> _Aim of the exercise_
Begin at the line containing "extrude(amount=-CUT_EXTRUDE1_DEPTH, mode=Mode.SUBTRACT)" in the entries below and end at the line containing "# FreeCAD 1.0 macro for this part"; transcribe that range exactly and nothing outside it.

> _Provided records_
++++

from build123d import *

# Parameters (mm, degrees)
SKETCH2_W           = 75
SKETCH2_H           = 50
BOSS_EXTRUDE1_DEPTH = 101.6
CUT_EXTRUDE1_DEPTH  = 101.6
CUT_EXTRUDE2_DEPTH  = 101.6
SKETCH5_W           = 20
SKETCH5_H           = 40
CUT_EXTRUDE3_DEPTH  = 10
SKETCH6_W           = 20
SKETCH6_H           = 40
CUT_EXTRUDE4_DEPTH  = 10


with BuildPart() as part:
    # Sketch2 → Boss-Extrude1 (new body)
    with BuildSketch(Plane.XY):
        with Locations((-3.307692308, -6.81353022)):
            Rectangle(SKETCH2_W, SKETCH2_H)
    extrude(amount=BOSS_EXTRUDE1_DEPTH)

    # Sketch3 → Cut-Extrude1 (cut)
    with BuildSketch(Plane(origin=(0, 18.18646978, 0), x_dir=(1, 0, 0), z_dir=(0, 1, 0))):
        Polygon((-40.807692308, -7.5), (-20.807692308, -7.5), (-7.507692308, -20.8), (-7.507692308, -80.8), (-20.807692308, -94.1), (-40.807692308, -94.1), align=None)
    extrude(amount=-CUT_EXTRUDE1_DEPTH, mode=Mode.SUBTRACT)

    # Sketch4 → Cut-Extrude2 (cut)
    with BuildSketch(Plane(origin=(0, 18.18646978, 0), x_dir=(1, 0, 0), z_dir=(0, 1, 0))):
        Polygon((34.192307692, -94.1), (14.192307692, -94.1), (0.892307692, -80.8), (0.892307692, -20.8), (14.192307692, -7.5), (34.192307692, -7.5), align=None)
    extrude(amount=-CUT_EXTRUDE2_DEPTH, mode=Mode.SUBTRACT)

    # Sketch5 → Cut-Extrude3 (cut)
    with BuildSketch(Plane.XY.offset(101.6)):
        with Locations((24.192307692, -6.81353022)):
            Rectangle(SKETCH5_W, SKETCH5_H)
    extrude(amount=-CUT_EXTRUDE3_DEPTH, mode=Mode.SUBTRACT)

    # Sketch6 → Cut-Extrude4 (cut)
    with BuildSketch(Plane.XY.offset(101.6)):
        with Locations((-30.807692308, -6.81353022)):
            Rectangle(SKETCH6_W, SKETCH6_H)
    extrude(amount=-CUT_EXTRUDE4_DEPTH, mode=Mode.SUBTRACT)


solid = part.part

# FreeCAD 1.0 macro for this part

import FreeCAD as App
import Part
import Sketcher
from FreeCAD import Vector


def add_polygon(sketch, points):
    """Adds a closed chain of lines whose ends are joined by coincident constraints."""
    first, n = sketch.GeometryCount, len(points)
    for a, b in zip(points, points[1:] + points[:1]):
        sketch.addGeometry(Part.LineSegment(App.Vector(*a, 0), App.Vector(*b, 0)), False)
    for i in range(n):
        sketch.addConstraint(Sketcher.Constraint("Coincident", first + i, 2, first + (i + 1) % n, 1))

doc = App.newDocument("Part")
body = doc.addObject("PartDesign::Body", "Body")

sketch1 = body.newObject("Sketcher::SketchObject", "Sketch")
sketch1.AttachmentSupport = (doc.getObject("XY_Plane"), [""])
sketch1.MapMode = "FlatFace"
add_polygon(sketch1, [(-41, 18), (-41, -32), (34, -32), (34, 18)])
sketch1.addConstraint(Sketcher.Constraint("Vertical", 0))
sketch1.addConstraint(Sketcher.Constraint("Horizontal", 1))
sketch1.addConstraint(Sketcher.Constraint("Vertical", 2))
sketch1.addConstraint(Sketcher.Constraint("Horizontal", 3))
sketch1.addConstraint(Sketcher.Constraint("DistanceX", 1, 1, 1, 2, 75.0))
sketch1.addConstraint(Sketcher.Constraint("DistanceY", 0, 2, 0, 1, 50.0))
sketch1.addConstraint(Sketcher.Constraint("DistanceY", 0, 2, -1, 1, 31.81353))
sketch1.addConstraint(Sketcher.Constraint("DistanceX", 0, 2, -1, 1, 40.807692))
pad1 = body.newObject("PartDesign::Pad", "Pad")
pad1.Profile = sketch1
pad1.Length = 101.6

sketch2 = body.newObject("Sketcher::SketchObject", "Sketch001")
sketch2.AttachmentSupport = (doc.getObject("XZ_Plane"), [""])
sketch2.MapMode = "FlatFace"
sketch2.AttachmentOffset = App.Placement(Vector(0, 0, -18.18647), App.Rotation())
add_polygon(sketch2, [(-21, 8), (-41, 8), (-41, 94), (-21, 94), (-8, 81), (-8, 21)])
sketch2.addConstraint(Sketcher.Constraint("Horizontal", 0))
sketch2.addConstraint(Sketcher.Constraint("Vertical", 1))
sketch2.addConstraint(Sketcher.Constraint("Horizontal", 2))
sketch2.addConstraint(Sketcher.Constraint("Vertical", 4))
sketch2.addConstraint(Sketcher.Constraint("Perpendicular", 3, 5))
sketch2.addConstraint(Sketcher.Constraint("Vertical", 2, 2, 5, 2))
sketch2.addConstraint(Sketcher.Constraint("Equal", 3, 5))
sketch2.addConstraint(Sketcher.Constraint("DistanceX", 0, 2, 0, 1, 20.0))
sketch2.addConstraint(Sketcher.Constraint("DistanceY", 4, 2, 4, 1, 60.0))
sketch2.addConstraint(Sketcher.Constraint("DistanceY", 1, 1, 1, 2, 86.6))
sketch2.addConstraint(Sketcher.Constraint("DistanceY", -1, 1, 0, 2, 7.5))
sketch2.addConstraint(Sketcher.Constraint("DistanceX", 0, 2, -1, 1, 40.807692))
pocket1 = body.newObject("PartDesign::Pocket", "Pocket")
pocket1.Profile = sketch2
pocket1.Length = 101.6
pocket1.Reversed = True

sketch3 = body.newObject("Sketcher::SketchObject", "Sketch002")
sketch3.AttachmentSupport = (doc.getObject("XZ_Plane"), [""])
sketch3.MapMode = "FlatFace"
sketch3.AttachmentOffset = App.Placement(Vector(0, 0, -18.18647), App.Rotation())
add_polygon(sketch3, [(14, 94), (34, 94), (34, 8), (14, 8), (1, 21), (1, 81)])
sketch3.addConstraint(Sketcher.Constraint("Horizontal", 0))
sketch3.addConstraint(Sketcher.Constraint("Vertical", 1))
sketch3.addConstraint(Sketcher.Constraint("Horizontal", 2))
sketch3.addConstraint(Sketcher.Constraint("Vertical", 4))
sketch3.addConstraint(Sketcher.Constraint("Perpendicular", 3, 5))
sketch3.addConstraint(Sketcher.Constraint("Vertical", 2, 2, 5, 2))
sketch3.addConstraint(Sketcher.Constraint("Equal", 3, 5))
sketch3.addConstraint(Sketcher.Constraint("DistanceX", 0, 1, 0, 2, 20.0))
sketch3.addConstraint(Sketcher.Constraint("DistanceY", 4, 1, 4, 2, 60.0))
sketch3.addConstraint(Sketcher.Constraint("DistanceY", 1, 2, 1, 1, 86.6))
sketch3.addConstraint(Sketcher.Constraint("DistanceY", -1, 1, 0, 2, 94.1))
sketch3.addConstraint(Sketcher.Constraint("DistanceX", -1, 1, 0, 2, 34.192308))
pocket2 = body.newObject("PartDesign::Pocket", "Pocket001")
pocket2.Profile = sketch3
pocket2.Length = 101.6
pocket2.Reversed = True

sketch4 = body.newObject("Sketcher::SketchObject", "Sketch003")
sketch4.AttachmentSupport = (doc.getObject("XY_Plane"), [""])
sketch4.MapMode = "FlatFace"
sketch4.AttachmentOffset = App.Placement(Vector(0, 0, 101.6), App.Rotation())
add_polygon(sketch4, [(14, 13), (14, -27), (34, -27), (34, 13)])
sketch4.addConstraint(Sketcher.Constraint("Vertical", 0))
sketch4.addConstraint(Sketcher.Constraint("Horizontal", 1))
sketch4.addConstraint(Sketcher.Constraint("Vertical", 2))
sketch4.addConstraint(Sketcher.Constraint("Horizontal", 3))
sketch4.addConstraint(Sketcher.Constraint("DistanceX", 1, 1, 1, 2, 20.0))
sketch4.addConstraint(Sketcher.Constraint("DistanceY", 0, 2, 0, 1, 40.0))
sketch4.addConstraint(Sketcher.Constraint("DistanceY", 0, 2, -1, 1, 26.81353))
sketch4.addConstraint(Sketcher.Constraint("DistanceX", -1, 1, 0, 2, 14.192308))
pocket3 = body.newObject("PartDesign::Pocket", "Pocket002")
pocket3.Profile = sketch4
pocket3.Length = 10

sketch5 = body.newObject("Sketcher::SketchObject", "Sketch004")
sketch5.AttachmentSupport = (doc.getObject("XY_Plane"), [""])
sketch5.MapMode = "FlatFace"
sketch5.AttachmentOffset = App.Placement(Vector(0, 0, 101.6), App.Rotation())
add_polygon(sketch5, [(-41, 13), (-41, -27), (-21, -27), (-21, 13)])
sketch5.addConstraint(Sketcher.Constraint("Vertical", 0))
sketch5.addConstraint(Sketcher.Constraint("Horizontal", 1))
sketch5.addConstraint(Sketcher.Constraint("Vertical", 2))
sketch5.addConstraint(Sketcher.Constraint("Horizontal", 3))
sketch5.addConstraint(Sketcher.Constraint("DistanceX", 1, 1, 1, 2, 20.0))
sketch5.addConstraint(Sketcher.Constraint("DistanceY", 0, 2, 0, 1, 40.0))
sketch5.addConstraint(Sketcher.Constraint("DistanceY", 0, 2, -1, 1, 26.81353))
sketch5.addConstraint(Sketcher.Constraint("DistanceX", 0, 2, -1, 1, 40.807692))
pocket4 = body.newObject("PartDesign::Pocket", "Pocket003")
pocket4.Profile = sketch5
pocket4.Length = 10

doc.recompute()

++++

> _Answer box_
    extrude(amount=-CUT_EXTRUDE1_DEPTH, mode=Mode.SUBTRACT)

    # Sketch4 → Cut-Extrude2 (cut)
    with BuildSketch(Plane(origin=(0, 18.18646978, 0), x_dir=(1, 0, 0), z_dir=(0, 1, 0))):
        Polygon((34.192307692, -94.1), (14.192307692, -94.1), (0.892307692, -80.8), (0.892307692, -20.8), (14.192307692, -7.5), (34.192307692, -7.5), align=None)
    extrude(amount=-CUT_EXTRUDE2_DEPTH, mode=Mode.SUBTRACT)

    # Sketch5 → Cut-Extrude3 (cut)
    with BuildSketch(Plane.XY.offset(101.6)):
        with Locations((24.192307692, -6.81353022)):
            Rectangle(SKETCH5_W, SKETCH5_H)
    extrude(amount=-CUT_EXTRUDE3_DEPTH, mode=Mode.SUBTRACT)

    # Sketch6 → Cut-Extrude4 (cut)
    with BuildSketch(Plane.XY.offset(101.6)):
        with Locations((-30.807692308, -6.81353022)):
            Rectangle(SKETCH6_W, SKETCH6_H)
    extrude(amount=-CUT_EXTRUDE4_DEPTH, mode=Mode.SUBTRACT)


solid = part.part

# FreeCAD 1.0 macro for this part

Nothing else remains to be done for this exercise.